The determined priest retains a certain respect for the strength of
character of his longtime theological opponent and former boss, Michael Ingham.
"He has the courage of his convictions. In that way, I admire
him," Hird said.
He said he doesn't think Ingham, even under international pressure, will
change his stand. "He'd rather go down with the ship."
In contrast to Hird, Rev. Peter Elliott, rector of Vancouver's
liberal Christ Church Cathedral, will have a uniquely important insider's
position when the synod meets.
Not only is Elliott an openly gay priest in a committed relationship, he was
elected three years ago to be the "prolecutor" of the synod.
That means he'll be the second-highest elected official at the convention,
working as co-chairman beside Primate Andrew Hutchinson, of Montreal.
Given the backdrop of African antagonism to the Winnipeg
synod, one of the things Elliott wants people to emphasize to Canadian
Anglicans and whomever else wants to listen is: "There is no such thing as
African Anglicanism."
In his wide travels on behalf of the church, Elliott says he's discovered
there are basically three types of Anglicans in Africa.
There are the aggressive, high-profile leaders like Nigeria's
Akinola and Rwanda's
Kolini -- operating in regions where the church is growing.
The second group, Elliott says, is made up of many moderate African
Anglicans spread around the continent, including those who've been quietly and
personally supportive of Elliott.
The third group, he says, consists of those who would basically agree with liberal
Canadian Anglicans about gay and lesbian issues. Many are them are based in South
Africa.
"There are some very loud voices coming out of Africa,
to be sure," Elliott said. "And there are some big numbers associated
with them. But large numbers of people don't make something right."
In addition to disagreeing with outspoken African bishops such as Kolini and
Akinola, Elliott said he finds it highly unusual they've taken to "issuing
ultimatums" about what should or should not happen in the North American
church.
This is unheard of in Anglicanism," Elliott said.
The worldwide Anglican communion is made up of 38 largely independent
regions and bishops from one region aren't expected to interfere in another.
The communion operates, Elliott said, as an "uncomfortable and
untidy" democratic affiliation, which is much different from the more
hierarchical Roman Catholic church.
To illustrate its range of beliefs, Elliott said most Anglican regions still
don't permit female priests.
It also operates under the largely symbolic guidance of the Archbishop of
Canterbury, Rowan Williams.
Elliott said he believes breakaway Anglican priests like North
Vancouver's Hird have a perfect right to be "loud
and proud" about their belief that homosexuality is a disorder.
HUNGRY FOR THE GOSPEL
Meanwhile, Elliott says, he'll do his part to argue homosexuality is
"morally neutral."
Where Elliott and Hird really part company is over the structure of the
Anglican church. More than Hird, Elliott said he believes the Anglican
communion has always "welcomed diversity" of beliefs and worship
styles, and can tolerate the tension over internal disagreements regarding
homosexuality.
Back in the North Vancouver
elementary school he's adapted into a church, Hird talks about how his
congregation has sent members to Rwanda
to meet with Kolini, offer aid to the African Anglican church and help the
country heal from the mass murders of 1994.
"It's a hard thing to recover from losing one million of your people.

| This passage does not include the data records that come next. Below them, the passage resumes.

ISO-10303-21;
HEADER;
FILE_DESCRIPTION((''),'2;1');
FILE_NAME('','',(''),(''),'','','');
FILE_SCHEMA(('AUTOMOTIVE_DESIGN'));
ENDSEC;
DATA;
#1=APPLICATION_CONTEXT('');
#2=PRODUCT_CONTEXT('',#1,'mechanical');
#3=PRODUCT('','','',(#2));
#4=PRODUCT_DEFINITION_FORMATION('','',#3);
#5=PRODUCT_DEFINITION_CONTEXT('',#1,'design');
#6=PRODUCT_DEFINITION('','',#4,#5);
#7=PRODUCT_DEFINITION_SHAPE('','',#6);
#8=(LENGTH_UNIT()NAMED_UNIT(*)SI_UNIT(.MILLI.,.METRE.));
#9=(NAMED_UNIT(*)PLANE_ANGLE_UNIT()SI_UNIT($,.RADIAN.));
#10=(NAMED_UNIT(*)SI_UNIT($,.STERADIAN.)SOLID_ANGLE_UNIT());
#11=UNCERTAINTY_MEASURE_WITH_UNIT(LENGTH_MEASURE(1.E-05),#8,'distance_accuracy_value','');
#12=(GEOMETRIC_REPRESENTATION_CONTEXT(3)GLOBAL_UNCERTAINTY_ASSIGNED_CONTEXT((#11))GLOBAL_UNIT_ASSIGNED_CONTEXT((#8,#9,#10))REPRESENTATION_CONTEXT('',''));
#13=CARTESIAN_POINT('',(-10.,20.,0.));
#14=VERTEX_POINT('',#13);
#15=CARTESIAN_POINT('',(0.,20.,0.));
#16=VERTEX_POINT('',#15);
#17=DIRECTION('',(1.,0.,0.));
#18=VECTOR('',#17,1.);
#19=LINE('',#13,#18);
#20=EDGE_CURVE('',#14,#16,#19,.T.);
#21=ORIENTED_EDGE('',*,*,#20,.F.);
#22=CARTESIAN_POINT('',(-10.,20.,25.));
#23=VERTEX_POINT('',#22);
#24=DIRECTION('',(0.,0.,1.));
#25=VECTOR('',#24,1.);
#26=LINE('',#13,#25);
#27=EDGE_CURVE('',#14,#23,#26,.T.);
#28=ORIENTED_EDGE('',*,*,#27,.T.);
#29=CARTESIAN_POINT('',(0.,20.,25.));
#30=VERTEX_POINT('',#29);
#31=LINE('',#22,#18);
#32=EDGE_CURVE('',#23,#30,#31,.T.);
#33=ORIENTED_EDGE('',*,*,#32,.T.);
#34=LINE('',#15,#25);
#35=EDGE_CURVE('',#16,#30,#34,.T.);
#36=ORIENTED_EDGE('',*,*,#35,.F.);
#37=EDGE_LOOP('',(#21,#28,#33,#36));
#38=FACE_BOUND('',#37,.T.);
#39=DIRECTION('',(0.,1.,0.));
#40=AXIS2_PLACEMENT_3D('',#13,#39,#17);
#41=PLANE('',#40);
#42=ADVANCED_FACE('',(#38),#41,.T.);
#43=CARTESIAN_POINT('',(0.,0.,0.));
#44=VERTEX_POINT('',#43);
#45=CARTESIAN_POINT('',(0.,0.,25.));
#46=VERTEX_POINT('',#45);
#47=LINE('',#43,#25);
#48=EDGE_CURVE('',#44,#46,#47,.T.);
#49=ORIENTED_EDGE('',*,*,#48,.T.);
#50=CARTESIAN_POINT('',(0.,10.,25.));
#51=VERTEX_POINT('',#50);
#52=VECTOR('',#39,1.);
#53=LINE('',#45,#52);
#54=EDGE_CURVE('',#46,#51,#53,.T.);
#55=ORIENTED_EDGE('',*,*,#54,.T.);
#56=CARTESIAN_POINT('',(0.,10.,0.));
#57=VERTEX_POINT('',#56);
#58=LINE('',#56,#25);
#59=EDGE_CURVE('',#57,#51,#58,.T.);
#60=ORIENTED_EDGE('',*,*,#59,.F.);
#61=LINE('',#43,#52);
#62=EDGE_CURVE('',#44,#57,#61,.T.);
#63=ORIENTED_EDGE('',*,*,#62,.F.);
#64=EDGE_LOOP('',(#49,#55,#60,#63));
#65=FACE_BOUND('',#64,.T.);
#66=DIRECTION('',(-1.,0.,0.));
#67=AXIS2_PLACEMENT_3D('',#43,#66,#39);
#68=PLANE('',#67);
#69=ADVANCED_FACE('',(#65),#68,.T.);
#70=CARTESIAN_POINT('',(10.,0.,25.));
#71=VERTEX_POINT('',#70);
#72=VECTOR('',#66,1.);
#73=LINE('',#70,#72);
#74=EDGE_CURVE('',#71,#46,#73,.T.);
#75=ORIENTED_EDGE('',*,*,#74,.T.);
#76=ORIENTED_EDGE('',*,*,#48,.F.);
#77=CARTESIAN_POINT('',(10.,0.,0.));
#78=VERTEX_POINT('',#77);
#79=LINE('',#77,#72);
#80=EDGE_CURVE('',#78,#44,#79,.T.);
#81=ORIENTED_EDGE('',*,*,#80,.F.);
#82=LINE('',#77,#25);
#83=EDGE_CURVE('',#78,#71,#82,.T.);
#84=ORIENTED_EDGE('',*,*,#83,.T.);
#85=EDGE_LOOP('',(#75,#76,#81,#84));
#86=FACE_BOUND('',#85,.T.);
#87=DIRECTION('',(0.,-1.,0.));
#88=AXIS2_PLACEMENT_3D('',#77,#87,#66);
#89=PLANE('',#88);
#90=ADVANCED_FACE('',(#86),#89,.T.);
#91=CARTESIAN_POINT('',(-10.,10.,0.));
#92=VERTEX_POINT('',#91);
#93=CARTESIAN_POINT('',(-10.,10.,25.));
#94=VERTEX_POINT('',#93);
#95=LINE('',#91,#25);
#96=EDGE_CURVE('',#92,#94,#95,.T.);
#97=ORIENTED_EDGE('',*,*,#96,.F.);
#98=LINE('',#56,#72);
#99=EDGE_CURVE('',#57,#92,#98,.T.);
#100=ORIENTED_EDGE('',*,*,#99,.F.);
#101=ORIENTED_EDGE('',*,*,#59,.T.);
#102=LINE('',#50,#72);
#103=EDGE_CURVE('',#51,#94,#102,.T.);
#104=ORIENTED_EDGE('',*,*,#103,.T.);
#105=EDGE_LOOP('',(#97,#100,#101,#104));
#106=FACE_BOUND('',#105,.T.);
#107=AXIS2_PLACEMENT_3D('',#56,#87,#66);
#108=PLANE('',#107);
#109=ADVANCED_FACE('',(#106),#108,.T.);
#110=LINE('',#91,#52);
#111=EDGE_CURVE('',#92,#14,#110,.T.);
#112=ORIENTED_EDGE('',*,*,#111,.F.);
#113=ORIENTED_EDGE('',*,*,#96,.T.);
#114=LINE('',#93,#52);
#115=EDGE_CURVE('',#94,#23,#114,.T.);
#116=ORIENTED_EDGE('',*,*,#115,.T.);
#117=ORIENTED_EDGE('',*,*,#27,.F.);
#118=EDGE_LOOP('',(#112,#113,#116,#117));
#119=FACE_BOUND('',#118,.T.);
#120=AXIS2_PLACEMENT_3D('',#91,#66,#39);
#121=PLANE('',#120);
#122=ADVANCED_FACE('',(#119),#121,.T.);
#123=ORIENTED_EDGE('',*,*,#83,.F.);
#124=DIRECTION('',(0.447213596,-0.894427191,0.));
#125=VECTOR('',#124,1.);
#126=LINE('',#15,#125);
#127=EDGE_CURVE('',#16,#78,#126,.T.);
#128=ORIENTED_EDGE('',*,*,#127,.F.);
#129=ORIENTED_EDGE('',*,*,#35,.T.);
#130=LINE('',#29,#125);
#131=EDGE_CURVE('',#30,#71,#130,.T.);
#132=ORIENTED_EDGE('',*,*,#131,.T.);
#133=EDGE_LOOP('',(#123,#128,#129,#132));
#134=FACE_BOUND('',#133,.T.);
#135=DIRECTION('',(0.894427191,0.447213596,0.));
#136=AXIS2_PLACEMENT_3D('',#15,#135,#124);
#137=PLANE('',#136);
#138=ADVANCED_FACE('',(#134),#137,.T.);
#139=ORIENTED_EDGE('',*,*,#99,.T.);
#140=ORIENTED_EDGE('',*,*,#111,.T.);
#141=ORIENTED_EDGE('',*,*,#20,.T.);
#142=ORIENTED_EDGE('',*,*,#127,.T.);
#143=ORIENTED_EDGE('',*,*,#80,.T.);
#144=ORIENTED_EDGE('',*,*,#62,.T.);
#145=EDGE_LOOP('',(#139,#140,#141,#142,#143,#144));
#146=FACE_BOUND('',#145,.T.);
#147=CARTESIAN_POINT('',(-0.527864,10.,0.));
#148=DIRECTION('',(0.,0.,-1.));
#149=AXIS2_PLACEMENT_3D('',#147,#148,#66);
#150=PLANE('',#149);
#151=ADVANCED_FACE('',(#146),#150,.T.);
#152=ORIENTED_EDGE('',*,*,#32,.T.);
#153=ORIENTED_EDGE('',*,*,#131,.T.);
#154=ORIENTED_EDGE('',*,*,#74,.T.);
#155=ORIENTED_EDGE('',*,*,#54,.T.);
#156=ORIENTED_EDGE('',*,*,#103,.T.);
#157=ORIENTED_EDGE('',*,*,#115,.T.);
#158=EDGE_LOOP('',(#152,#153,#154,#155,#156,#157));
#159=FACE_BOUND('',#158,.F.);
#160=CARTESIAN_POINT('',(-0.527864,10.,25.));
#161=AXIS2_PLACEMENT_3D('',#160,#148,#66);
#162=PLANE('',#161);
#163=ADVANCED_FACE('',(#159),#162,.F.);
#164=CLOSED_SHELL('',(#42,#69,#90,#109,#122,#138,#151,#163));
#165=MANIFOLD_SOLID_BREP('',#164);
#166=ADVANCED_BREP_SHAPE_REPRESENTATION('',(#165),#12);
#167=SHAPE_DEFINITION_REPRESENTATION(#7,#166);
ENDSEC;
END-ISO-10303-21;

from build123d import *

# Parameters (mm, degrees)
BOSS_EXTRUDE1_DEPTH = 25


with BuildPart() as part:
    # Sketch1 → Boss-Extrude1 (new body)
    with BuildSketch(Plane.XY):
        Polygon((-10, 20), (0, 20), (10, 0), (0, 0), (0, 10), (-10, 10), align=None)
    extrude(amount=BOSS_EXTRUDE1_DEPTH)


solid = part.part
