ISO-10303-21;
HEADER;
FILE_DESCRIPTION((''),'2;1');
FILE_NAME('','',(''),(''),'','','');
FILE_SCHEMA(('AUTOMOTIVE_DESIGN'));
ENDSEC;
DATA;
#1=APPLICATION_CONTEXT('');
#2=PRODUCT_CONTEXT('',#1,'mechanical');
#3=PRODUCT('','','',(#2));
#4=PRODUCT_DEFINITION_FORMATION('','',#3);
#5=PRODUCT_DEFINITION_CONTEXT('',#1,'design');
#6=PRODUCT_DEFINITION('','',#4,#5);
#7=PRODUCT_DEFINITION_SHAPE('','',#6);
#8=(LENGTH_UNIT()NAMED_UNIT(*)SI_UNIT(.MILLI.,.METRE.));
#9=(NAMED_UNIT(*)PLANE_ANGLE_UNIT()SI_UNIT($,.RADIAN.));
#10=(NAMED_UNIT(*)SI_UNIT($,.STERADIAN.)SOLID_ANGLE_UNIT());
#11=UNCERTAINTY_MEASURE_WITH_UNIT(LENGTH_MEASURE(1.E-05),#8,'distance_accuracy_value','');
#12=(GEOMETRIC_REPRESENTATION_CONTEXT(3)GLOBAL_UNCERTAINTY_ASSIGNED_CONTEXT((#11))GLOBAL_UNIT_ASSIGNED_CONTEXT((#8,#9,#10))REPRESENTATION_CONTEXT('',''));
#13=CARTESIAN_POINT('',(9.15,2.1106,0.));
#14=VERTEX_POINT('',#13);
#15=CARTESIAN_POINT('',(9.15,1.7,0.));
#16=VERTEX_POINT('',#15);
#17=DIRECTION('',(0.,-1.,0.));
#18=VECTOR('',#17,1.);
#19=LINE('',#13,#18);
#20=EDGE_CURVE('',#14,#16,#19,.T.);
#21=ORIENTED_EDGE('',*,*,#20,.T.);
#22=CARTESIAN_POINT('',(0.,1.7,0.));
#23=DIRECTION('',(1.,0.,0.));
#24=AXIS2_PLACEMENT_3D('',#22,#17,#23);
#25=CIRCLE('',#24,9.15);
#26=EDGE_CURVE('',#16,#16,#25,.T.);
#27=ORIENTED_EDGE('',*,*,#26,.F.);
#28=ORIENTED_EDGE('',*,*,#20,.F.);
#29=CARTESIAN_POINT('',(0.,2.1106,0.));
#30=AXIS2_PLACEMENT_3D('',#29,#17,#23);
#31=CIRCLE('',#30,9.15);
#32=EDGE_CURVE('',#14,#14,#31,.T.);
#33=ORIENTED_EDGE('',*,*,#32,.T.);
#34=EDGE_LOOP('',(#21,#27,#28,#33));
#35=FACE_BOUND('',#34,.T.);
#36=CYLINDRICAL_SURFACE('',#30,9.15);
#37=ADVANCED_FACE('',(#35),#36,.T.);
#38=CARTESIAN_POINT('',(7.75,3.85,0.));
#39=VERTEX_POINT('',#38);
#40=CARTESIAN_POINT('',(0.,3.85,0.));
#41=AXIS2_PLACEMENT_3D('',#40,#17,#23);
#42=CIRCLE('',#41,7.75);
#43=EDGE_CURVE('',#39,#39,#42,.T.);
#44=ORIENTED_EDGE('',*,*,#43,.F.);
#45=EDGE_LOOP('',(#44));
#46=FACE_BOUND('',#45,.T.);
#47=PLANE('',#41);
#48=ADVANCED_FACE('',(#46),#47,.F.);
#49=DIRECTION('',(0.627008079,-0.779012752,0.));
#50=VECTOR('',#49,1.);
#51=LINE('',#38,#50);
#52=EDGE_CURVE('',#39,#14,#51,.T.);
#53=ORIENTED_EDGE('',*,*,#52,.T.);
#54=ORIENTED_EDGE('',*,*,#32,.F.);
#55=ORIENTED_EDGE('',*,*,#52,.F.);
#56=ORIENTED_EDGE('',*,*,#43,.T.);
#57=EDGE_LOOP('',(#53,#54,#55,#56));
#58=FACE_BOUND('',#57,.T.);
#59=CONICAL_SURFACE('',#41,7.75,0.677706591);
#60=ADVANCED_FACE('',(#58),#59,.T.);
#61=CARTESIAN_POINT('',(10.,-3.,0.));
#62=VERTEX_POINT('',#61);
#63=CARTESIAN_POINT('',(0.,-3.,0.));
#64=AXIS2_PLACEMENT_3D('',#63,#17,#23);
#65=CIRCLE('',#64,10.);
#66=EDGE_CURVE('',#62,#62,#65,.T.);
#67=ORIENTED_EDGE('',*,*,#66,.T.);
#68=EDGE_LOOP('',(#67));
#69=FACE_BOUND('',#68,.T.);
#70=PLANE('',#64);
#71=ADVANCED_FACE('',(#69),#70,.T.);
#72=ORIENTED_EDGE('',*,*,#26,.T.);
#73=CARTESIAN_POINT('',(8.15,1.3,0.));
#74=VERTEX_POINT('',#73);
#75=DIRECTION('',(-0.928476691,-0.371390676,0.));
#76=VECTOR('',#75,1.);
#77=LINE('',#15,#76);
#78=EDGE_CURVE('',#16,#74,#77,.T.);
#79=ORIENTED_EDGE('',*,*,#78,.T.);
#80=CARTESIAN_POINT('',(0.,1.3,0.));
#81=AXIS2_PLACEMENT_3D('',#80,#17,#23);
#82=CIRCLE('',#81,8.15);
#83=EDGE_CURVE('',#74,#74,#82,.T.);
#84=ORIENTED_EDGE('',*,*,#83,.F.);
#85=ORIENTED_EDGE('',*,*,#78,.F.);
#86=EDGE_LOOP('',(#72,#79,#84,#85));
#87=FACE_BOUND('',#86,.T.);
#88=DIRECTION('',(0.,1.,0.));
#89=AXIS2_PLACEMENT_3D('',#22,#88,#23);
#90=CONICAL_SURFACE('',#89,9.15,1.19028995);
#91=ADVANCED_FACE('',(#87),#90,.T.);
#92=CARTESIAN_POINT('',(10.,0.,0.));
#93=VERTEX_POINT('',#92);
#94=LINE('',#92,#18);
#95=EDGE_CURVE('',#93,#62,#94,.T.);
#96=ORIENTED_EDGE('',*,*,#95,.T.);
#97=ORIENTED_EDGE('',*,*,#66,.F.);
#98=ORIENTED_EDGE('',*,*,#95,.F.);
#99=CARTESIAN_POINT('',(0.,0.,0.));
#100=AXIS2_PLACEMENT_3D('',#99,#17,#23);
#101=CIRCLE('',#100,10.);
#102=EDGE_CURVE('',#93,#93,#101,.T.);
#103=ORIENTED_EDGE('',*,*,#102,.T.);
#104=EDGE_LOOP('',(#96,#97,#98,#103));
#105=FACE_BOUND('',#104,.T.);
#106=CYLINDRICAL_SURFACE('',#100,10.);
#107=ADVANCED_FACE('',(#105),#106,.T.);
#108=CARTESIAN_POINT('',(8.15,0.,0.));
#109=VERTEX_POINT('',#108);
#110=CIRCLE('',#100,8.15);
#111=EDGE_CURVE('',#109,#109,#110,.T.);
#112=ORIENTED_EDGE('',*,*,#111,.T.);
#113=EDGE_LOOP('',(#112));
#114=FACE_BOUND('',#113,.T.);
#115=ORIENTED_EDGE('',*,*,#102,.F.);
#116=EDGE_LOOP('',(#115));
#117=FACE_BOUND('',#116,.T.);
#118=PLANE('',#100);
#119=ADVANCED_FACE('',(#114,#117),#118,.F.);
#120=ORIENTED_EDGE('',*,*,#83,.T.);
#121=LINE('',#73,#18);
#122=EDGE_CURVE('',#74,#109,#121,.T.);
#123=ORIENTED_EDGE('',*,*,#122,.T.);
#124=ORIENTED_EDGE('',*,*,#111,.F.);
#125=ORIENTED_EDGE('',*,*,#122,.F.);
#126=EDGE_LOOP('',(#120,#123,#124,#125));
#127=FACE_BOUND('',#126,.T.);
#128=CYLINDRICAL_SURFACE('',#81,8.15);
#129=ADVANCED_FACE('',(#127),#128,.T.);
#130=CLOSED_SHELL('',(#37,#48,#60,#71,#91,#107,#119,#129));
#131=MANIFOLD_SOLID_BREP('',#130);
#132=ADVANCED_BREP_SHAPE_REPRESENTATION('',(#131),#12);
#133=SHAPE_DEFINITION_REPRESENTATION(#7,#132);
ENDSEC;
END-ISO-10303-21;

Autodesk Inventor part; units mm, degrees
sketch "Sketch_1" plane through (0, 0, 0) normal (0, 0, 1) x (1, 0, 0)
  line L0 (0, -3) -> (0, 3.85)
  line L1 (0, 3.85) -> (7.75, 3.85)
  line L2 (7.75, 3.85) -> (9.15, 2.1106)
  line L3 (9.15, 2.1106) -> (9.15, 1.7)
  line L4 (9.15, 1.7) -> (8.15, 1.3)
  line L5 (8.15, 1.3) -> (8.15, 0)
  line L6 (8.15, 0) -> (10, 0)
  line L7 (10, 0) -> (10, -3)
  line L8 (10, -3) -> (0, -3)
  line L9 (0, -3) -> (0, 3.85)
revolve "Revolution1" add sketch "Sketch_1" angle 360 about axis through (0, -3, 0) along (0, -1, 0)
ref_plane "P1_XY" through (0, 0, 0) normal (0, 1, 0) x (1, 0, 0)
ref_plane "P1_YZ" through (0, 0, 0) normal (1, 0, 0) x (0, 0, -1)
ref_plane "P1_ZX" through (0, 0, 0) normal (0, 0, -1) x (0, 1, 0)
properties part number "0000-00168553(1)"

They've been deeply traumatized by the genocide," says Hird.
Throughout Africa, he says, "tribal resentments
can still trump the Christian teaching to love your neighbour. But, still,
there's a hunger in Africa for the gospel that's just
amazing."
What's at stake in the homosexuality debate, Hird argues, is the authority
of the Bible. If liberal Western Christians can simply "pick and
choose" to reject biblical passages, Hird said, what's to stop them from
dismissing or reinterpreting other teachings in the Bible, particularly those
about Jesus being the only way to salvation?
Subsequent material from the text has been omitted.